I checked your gear list - would your vest be the one Cabelas lists on their site as a safari vest, Or do they have a specific photographers vest in the store. I really want to be able to look before I buy and try it on etc. We have two sporting chains near us, one is cabelas but all that comes up when i search is safari vest, so I'm assuming they are one in the same?

Thanks.

*davebmck -* thanks I looked at the link, but it appears its only available for purchase online.

*smyth  &  JerryPH* - thanks I'll check out the links.


----------



## table1349 (Mar 26, 2009)

It is the now discontinued I believe Cabellas photography vest. Not the safari vest they now have.   I love it as there are 4 lens pockets that are padded.  It is a compromise in terms of design.  It has two film canister pockets on the top right side, but they are perfect to hold other small stuff.


----------



## chadsdphoto (Mar 27, 2009)

I use my vest occasionally and for the most part love the convenience of it. Mine is a Nikon Vestrap, which I don't think they sell any more. It is vented very well in the back, similar to the POTN in davebmck's post above. If it is very hot out, the vest can add to it, but it's not bad.

Worst part for me is when I'm fully loaded with gear, it continues to creep forward on my shoulders. I'm continually reshifting the weight back. I've even thought about having a clip sewn on the inside of the back that I could hook to my pants beltloops to hold it down somewhat. I'm afraid I'll just get a photographer's "wedgie" instead. 
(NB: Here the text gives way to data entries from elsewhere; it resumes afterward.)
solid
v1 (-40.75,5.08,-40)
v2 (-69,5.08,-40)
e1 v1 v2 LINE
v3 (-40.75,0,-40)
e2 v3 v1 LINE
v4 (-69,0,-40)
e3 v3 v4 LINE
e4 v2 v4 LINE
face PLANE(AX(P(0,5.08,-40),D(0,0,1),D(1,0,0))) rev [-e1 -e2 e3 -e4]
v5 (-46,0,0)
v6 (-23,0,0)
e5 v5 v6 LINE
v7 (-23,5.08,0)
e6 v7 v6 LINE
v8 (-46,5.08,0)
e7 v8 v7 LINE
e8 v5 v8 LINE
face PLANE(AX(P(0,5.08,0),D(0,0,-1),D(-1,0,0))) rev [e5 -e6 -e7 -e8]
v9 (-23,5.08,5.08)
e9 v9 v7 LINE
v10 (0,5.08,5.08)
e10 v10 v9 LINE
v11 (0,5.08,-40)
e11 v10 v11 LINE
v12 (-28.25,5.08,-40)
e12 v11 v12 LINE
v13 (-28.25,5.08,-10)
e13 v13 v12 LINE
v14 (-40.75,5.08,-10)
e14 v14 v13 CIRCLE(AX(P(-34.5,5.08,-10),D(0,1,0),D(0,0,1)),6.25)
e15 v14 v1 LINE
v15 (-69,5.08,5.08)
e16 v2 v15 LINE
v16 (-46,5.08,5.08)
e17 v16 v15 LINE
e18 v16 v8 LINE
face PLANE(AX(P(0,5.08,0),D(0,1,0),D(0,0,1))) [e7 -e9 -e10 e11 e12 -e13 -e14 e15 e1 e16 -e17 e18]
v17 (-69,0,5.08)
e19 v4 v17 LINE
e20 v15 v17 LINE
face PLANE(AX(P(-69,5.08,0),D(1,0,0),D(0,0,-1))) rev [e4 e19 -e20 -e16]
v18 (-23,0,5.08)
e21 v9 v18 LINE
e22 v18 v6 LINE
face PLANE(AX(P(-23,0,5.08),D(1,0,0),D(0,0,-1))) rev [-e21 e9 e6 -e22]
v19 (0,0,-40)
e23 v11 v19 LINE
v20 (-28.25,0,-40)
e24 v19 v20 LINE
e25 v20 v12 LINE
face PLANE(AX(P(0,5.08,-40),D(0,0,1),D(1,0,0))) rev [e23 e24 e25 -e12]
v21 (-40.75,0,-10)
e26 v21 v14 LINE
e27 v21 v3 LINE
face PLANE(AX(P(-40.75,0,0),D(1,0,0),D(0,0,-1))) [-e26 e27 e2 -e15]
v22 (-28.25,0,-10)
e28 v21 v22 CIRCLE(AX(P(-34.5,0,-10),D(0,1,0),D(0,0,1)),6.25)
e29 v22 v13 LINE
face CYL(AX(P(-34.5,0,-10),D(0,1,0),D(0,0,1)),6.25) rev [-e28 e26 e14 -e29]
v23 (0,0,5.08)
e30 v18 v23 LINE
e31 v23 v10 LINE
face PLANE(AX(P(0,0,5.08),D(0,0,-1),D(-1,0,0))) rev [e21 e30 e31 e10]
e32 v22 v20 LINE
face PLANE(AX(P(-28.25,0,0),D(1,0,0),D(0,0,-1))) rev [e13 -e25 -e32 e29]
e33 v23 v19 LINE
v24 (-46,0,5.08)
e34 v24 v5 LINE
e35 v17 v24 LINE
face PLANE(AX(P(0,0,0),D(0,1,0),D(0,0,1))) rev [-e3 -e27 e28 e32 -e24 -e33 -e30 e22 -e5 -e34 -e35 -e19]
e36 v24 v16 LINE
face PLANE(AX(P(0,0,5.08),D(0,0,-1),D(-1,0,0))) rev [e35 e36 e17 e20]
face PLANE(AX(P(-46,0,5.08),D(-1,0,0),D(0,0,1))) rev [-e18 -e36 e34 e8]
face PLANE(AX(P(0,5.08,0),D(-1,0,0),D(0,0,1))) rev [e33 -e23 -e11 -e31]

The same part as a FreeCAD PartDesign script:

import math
import FreeCAD as App
import Part
import Sketcher
Q = App.Units.Quantity


def add_polygon(sketch, points):
    """Adds a closed chain of lines whose ends are joined by coincident constraints."""
    first, n = sketch.GeometryCount, len(points)
    for a, b in zip(points, points[1:] + points[:1]):
        sketch.addGeometry(Part.LineSegment(App.Vector(*a, 0), App.Vector(*b, 0)), False)
    for i in range(n):
        sketch.addConstraint(Sketcher.Constraint("Coincident", first + i, 2, first + (i + 1) % n, 1))

doc = App.newDocument("Part")
body = doc.addObject("PartDesign::Body", "Body")

# Sketch on XZ plane
sketch1 = doc.addObject("Sketcher::SketchObject", "Sketch")
body.addObject(sketch1)
sketch1.AttachmentSupport = (doc.XZ_Plane, [""])
sketch1.MapMode = "FlatFace"
add_polygon(sketch1, [(-69, -40), (-69, 0), (0, 0), (0, -40)])  # lines 0-3
sketch1.addConstraint([
    Sketcher.Constraint("Vertical", 0),
    Sketcher.Constraint("Horizontal", 1),
    Sketcher.Constraint("Vertical", 2),
    Sketcher.Constraint("Horizontal", 3),
    Sketcher.Constraint("Coincident", 1, 2, -1, 1),
    Sketcher.Constraint("DistanceX", 1, 1, 1, 2, Q("69 mm")),
    Sketcher.Constraint("DistanceY", 0, 1, 0, 2, Q("40 mm")),
])
pad1 = doc.addObject("PartDesign::Pad", "Pad")
body.addObject(pad1)
pad1.Profile = sketch1
pad1.Length = 5.08
pad1.Reversed = True

# Sketch on XY plane
sketch2 = doc.addObject("Sketcher::SketchObject", "Sketch001")
body.addObject(sketch2)
sketch2.AttachmentSupport = (doc.XY_Plane, [""])
sketch2.MapMode = "FlatFace"
add_polygon(sketch2, [(-69, 5), (-69, 0), (-46, 0), (-46, 5)])  # lines 0-3
add_polygon(sketch2, [(-23, 5), (-23, 0), (0, 0), (0, 5)])  # lines 4-7
sketch2.addConstraint([
    Sketcher.Constraint("Vertical", 0),
    Sketcher.Constraint("Horizontal", 1),
    Sketcher.Constraint("Vertical", 2),
    Sketcher.Constraint("Horizontal", 3),
    Sketcher.Constraint("Vertical", 4),
    Sketcher.Constraint("Horizontal", 5),
    Sketcher.Constraint("Vertical", 6),
    Sketcher.Constraint("Horizontal", 7),
    Sketcher.Constraint("Coincident", 5, 2, -1, 1),
    Sketcher.Constraint("PointOnObject", 0, 2, -1),
    Sketcher.Constraint("Horizontal", 3, 2, 6, 2),
    Sketcher.Constraint("Equal", 3, 5),
    Sketcher.Constraint("DistanceX", 1, 1, 1, 2, Q("23 mm")),
    Sketcher.Constraint("DistanceX", 0, 2, -1, 1, Q("69 mm")),
    Sketcher.Constraint("DistanceY", 0, 2, 0, 1, Q("5.08 mm")),
])
pad2 = doc.addObject("PartDesign::Pad", "Pad001")
body.addObject(pad2)
pad2.Profile = sketch2
pad2.Length = 5.08

# Sketch on XZ plane
sketch3 = doc.addObject("Sketcher::SketchObject", "Sketch002")
body.addObject(sketch3)
sketch3.AttachmentSupport = (doc.XZ_Plane, [""])
sketch3.MapMode = "FlatFace"
sketch3.AttachmentOffset = App.Placement(App.Vector(0, 0, -5.08), App.Rotation())
sketch3.addGeometry([
    Part.ArcOfCircle(Part.Circle(App.Vector(-34, -10, 0), App.Vector(0, 0, 1), 6), math.radians(0), math.radians(180)),
    Part.LineSegment(App.Vector(-28, -10, 0), App.Vector(-28, -40, 0)),
    Part.LineSegment(App.Vector(-28, -40, 0), App.Vector(-41, -40, 0)),
    Part.LineSegment(App.Vector(-41, -40, 0), App.Vector(-41, -10, 0)),
], False)
sketch3.addConstraint([
    Sketcher.Constraint("Tangent", 0, 1, 1, 1),
    Sketcher.Constraint("Coincident", 1, 2, 2, 1),
    Sketcher.Constraint("Coincident", 2, 2, 3, 1),
    Sketcher.Constraint("Tangent", 3, 2, 0, 2),
    Sketcher.Constraint("Vertical", 1),
    Sketcher.Constraint("Horizontal", 2),
    Sketcher.Constraint("Vertical", 3),
    Sketcher.Constraint("DistanceY", 1, 2, 1, 1, Q("30 mm")),
    Sketcher.Constraint("Radius", 0, Q("6.25 mm")),
    Sketcher.Constraint("DistanceY", 0, 3, -1, 1, Q("10 mm")),
    Sketcher.Constraint("DistanceX", 0, 3, -1, 1, Q("34.5 mm")),
])
pocket1 = doc.addObject("PartDesign::Pocket", "Pocket")
body.addObject(pocket1)
pocket1.Profile = sketch3
pocket1.Length = 5.08
pocket1.Reversed = True

doc.recompute()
If you don't carry tons of gear in a vest, it's much better and I like it better than a bag or backpack.


----------



## Dagwood56 (Mar 27, 2009)

chadsdphoto said:


> I use my vest occasionally and for the most part love the convenience of it. Mine is a Nikon Vestrap, which I don't think they sell any more. It is vented very well in the back, similar to the POTN in davebmck's post above. If it is very hot out, the vest can add to it, but it's not bad.
> 
> Worst part for me is when I'm fully loaded with gear, it continues to creep forward on my shoulders. I'm continually reshifting the weight back. I've even thought about having a clip sewn on the inside of the back that I could hook to my pants beltloops to hold it down somewhat. I'm afraid I'll just get a photographer's "wedgie" instead.
> 
> If you don't carry tons of gear in a vest, it's much better and I like it better than a bag or backpack.


 
:lmao: Thanks for the laugh - photographers wedgie. :lmao:

I'll only be taking a couple of lenses and some filters, nothing real heavy.


----------



## Dagwood56 (Mar 27, 2009)

gryphonslair99 said:


> It is the now discontinued I believe Cabellas photography vest. Not the safari vest they now have. I love it as there are 4 lens pockets that are padded. It is a compromise in terms of design. It has two film canister pockets on the top right side, but they are perfect to hold other small stuff.


 

:thumbup:Thanks. 

I do think I will still take a look at the Cabella's safari vest though as it might work for my needs; I won't be carrying a lot and its not like I will be trudging into any rugged terrain, so the pocket padding need not be an issue, and I can always fix that easily enough anyway. I like it's overall look, 16 pockets are more than enough, and the price is right and most importantly I can try it on before buying.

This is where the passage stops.